### STORED DATA
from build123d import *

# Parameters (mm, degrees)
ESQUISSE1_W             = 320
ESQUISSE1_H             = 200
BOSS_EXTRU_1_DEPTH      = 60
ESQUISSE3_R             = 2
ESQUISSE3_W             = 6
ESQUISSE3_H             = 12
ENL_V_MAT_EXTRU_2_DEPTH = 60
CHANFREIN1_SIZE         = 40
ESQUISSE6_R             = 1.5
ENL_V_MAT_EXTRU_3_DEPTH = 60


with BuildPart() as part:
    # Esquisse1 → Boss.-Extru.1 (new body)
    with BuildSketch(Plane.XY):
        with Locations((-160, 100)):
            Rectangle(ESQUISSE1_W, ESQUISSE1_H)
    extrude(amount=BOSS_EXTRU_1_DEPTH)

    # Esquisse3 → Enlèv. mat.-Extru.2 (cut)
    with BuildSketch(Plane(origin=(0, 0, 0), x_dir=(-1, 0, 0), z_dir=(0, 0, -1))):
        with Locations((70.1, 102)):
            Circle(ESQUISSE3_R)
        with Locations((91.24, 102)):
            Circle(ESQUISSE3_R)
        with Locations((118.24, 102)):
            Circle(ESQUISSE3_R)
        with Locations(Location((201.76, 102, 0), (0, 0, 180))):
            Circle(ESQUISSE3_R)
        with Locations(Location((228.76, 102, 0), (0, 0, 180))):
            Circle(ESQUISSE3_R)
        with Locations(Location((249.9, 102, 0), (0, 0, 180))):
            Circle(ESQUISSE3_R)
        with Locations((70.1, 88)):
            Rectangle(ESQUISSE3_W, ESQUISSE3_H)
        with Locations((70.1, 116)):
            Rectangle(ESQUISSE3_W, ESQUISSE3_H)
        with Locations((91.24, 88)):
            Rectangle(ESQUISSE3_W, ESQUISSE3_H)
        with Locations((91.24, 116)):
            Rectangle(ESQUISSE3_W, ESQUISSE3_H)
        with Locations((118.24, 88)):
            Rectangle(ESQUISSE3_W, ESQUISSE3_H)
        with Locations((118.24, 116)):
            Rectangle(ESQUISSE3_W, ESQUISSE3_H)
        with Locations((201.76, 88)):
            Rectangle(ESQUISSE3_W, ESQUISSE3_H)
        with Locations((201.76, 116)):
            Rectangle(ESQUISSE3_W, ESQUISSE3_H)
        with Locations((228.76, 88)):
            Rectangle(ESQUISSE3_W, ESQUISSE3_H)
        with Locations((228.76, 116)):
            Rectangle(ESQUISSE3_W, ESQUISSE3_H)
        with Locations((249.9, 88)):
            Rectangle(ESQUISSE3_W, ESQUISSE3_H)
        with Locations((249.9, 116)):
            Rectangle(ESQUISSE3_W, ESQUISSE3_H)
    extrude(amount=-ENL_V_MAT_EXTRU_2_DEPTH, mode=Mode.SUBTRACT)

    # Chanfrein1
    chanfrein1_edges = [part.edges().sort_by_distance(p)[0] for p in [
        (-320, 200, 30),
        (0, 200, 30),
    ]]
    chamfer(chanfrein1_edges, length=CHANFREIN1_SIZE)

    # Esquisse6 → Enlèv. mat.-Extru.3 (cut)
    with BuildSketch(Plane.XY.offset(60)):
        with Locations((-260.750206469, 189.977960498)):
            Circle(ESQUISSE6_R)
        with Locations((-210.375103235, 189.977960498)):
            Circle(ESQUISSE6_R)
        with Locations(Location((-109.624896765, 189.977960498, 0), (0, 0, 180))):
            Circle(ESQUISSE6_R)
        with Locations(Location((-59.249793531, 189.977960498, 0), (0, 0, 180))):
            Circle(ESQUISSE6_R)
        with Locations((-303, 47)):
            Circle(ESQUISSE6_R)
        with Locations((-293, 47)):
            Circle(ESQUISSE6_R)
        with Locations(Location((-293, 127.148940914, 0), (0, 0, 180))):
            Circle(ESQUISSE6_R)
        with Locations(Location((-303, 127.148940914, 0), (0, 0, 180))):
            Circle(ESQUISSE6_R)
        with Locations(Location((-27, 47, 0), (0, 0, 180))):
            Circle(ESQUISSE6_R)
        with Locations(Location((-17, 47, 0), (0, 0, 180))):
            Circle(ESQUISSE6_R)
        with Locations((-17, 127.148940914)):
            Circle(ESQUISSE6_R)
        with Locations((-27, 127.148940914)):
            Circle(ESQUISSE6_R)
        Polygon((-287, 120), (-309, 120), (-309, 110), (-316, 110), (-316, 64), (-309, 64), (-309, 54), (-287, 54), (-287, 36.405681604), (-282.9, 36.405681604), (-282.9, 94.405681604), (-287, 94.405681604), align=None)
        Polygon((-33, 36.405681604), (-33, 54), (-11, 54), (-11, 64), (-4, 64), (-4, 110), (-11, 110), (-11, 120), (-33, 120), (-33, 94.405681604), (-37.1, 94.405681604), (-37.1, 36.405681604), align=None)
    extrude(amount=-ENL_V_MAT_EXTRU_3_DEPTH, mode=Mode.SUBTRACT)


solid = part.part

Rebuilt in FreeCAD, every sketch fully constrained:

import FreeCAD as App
import Part
import Sketcher
from FreeCAD import Vector
Q = App.Units.Quantity


def edges_at(feature, points):
    """Names of the edges that pass closest to the given points."""
    edges = feature.Shape.Edges
    near = lambda p: min(range(len(edges)), key=lambda i: edges[i].distToShape(Part.Vertex(*p))[0])
    return sorted({f"Edge{near(p) + 1}" for p in points})

doc = App.newDocument("Part")
body = doc.addObject("PartDesign::Body", "Body")

sketch1 = body.newObject("Sketcher::SketchObject", "Sketch")
sketch1.AttachmentSupport = (doc.getObject("XY_Plane"), [""])
sketch1.MapMode = "FlatFace"
sketch1.addGeometry(Part.LineSegment(Vector(-320, 200, 0), Vector(-320, 0, 0)), False)
sketch1.addGeometry(Part.LineSegment(Vector(-320, 0, 0), Vector(0, 0, 0)), False)
sketch1.addGeometry(Part.LineSegment(Vector(0, 0, 0), Vector(0, 200, 0)), False)
sketch1.addGeometry(Part.LineSegment(Vector(0, 200, 0), Vector(-320, 200, 0)), False)
sketch1.addConstraint(Sketcher.Constraint("Coincident", 0, 2, 1, 1))
sketch1.addConstraint(Sketcher.Constraint("Coincident", 1, 2, 2, 1))
sketch1.addConstraint(Sketcher.Constraint("Coincident", 2, 2, 3, 1))
sketch1.addConstraint(Sketcher.Constraint("Coincident", 3, 2, 0, 1))
sketch1.addConstraint(Sketcher.Constraint("Vertical", 0))
sketch1.addConstraint(Sketcher.Constraint("Horizontal", 1))
sketch1.addConstraint(Sketcher.Constraint("Vertical", 2))
sketch1.addConstraint(Sketcher.Constraint("Horizontal", 3))
sketch1.addConstraint(Sketcher.Constraint("Coincident", 1, 2, -1, 1))
sketch1.addConstraint(Sketcher.Constraint("DistanceX", 1, 1, 1, 2, Q("320 mm")))
sketch1.addConstraint(Sketcher.Constraint("DistanceY", 0, 2, 0, 1, Q("200 mm")))
pad1 = body.newObject("PartDesign::Pad", "Pad")
pad1.Profile = sketch1
pad1.Length = 60

sketch2 = body.newObject("Sketcher::SketchObject", "Sketch001")
sketch2.AttachmentSupport = (doc.getObject("XY_Plane"), [""])
sketch2.MapMode = "FlatFace"
sketch2.addGeometry(Part.Circle(Vector(-70.1, 102, 0), Vector(0, 0, 1), 2), False)
sketch2.addGeometry(Part.Circle(Vector(-91.24, 102, 0), Vector(0, 0, 1), 2), False)
sketch2.addGeometry(Part.Circle(Vector(-118.24, 102, 0), Vector(0, 0, 1), 2), False)
sketch2.addGeometry(Part.Circle(Vector(-201.76, 102, 0), Vector(0, 0, 1), 2), False)
sketch2.addGeometry(Part.Circle(Vector(-228.76, 102, 0), Vector(0, 0, 1), 2), False)
sketch2.addGeometry(Part.Circle(Vector(-249.9, 102, 0), Vector(0, 0, 1), 2), False)
sketch2.addGeometry(Part.LineSegment(Vector(-67.1, 94, 0), Vector(-67.1, 82, 0)), False)
sketch2.addGeometry(Part.LineSegment(Vector(-67.1, 82, 0), Vector(-73.1, 82, 0)), False)
sketch2.addGeometry(Part.LineSegment(Vector(-73.1, 82, 0), Vector(-73.1, 94, 0)), False)
sketch2.addGeometry(Part.LineSegment(Vector(-73.1, 94, 0), Vector(-67.1, 94, 0)), False)
sketch2.addGeometry(Part.LineSegment(Vector(-67.1, 122, 0), Vector(-67.1, 110, 0)), False)
sketch2.addGeometry(Part.LineSegment(Vector(-67.1, 110, 0), Vector(-73.1, 110, 0)), False)
sketch2.addGeometry(Part.LineSegment(Vector(-73.1, 110, 0), Vector(-73.1, 122, 0)), False)
sketch2.addGeometry(Part.LineSegment(Vector(-73.1, 122, 0), Vector(-67.1, 122, 0)), False)
sketch2.addGeometry(Part.LineSegment(Vector(-88.24, 94, 0), Vector(-88.24, 82, 0)), False)
sketch2.addGeometry(Part.LineSegment(Vector(-88.24, 82, 0), Vector(-94.24, 82, 0)), False)
sketch2.addGeometry(Part.LineSegment(Vector(-94.24, 82, 0), Vector(-94.24, 94, 0)), False)
sketch2.addGeometry(Part.LineSegment(Vector(-94.24, 94, 0), Vector(-88.24, 94, 0)), False)
sketch2.addGeometry(Part.LineSegment(Vector(-88.24, 122, 0), Vector(-88.24, 110, 0)), False)
sketch2.addGeometry(Part.LineSegment(Vector(-88.24, 110, 0), Vector(-94.24, 110, 0)), False)
sketch2.addGeometry(Part.LineSegment(Vector(-94.24, 110, 0), Vector(-94.24, 122, 0)), False)
sketch2.addGeometry(Part.LineSegment(Vector(-94.24, 122, 0), Vector(-88.24, 122, 0)), False)
sketch2.addGeometry(Part.LineSegment(Vector(-115.24, 94, 0), Vector(-115.24, 82, 0)), False)
sketch2.addGeometry(Part.LineSegment(Vector(-115.24, 82, 0), Vector(-121.24, 82, 0)), False)
sketch2.addGeometry(Part.LineSegment(Vector(-121.24, 82, 0), Vector(-121.24, 94, 0)), False)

### ASSIGNMENT
Using the material above, state how many lines include the string "amount". Answer with a single number.

### RESPONSE
3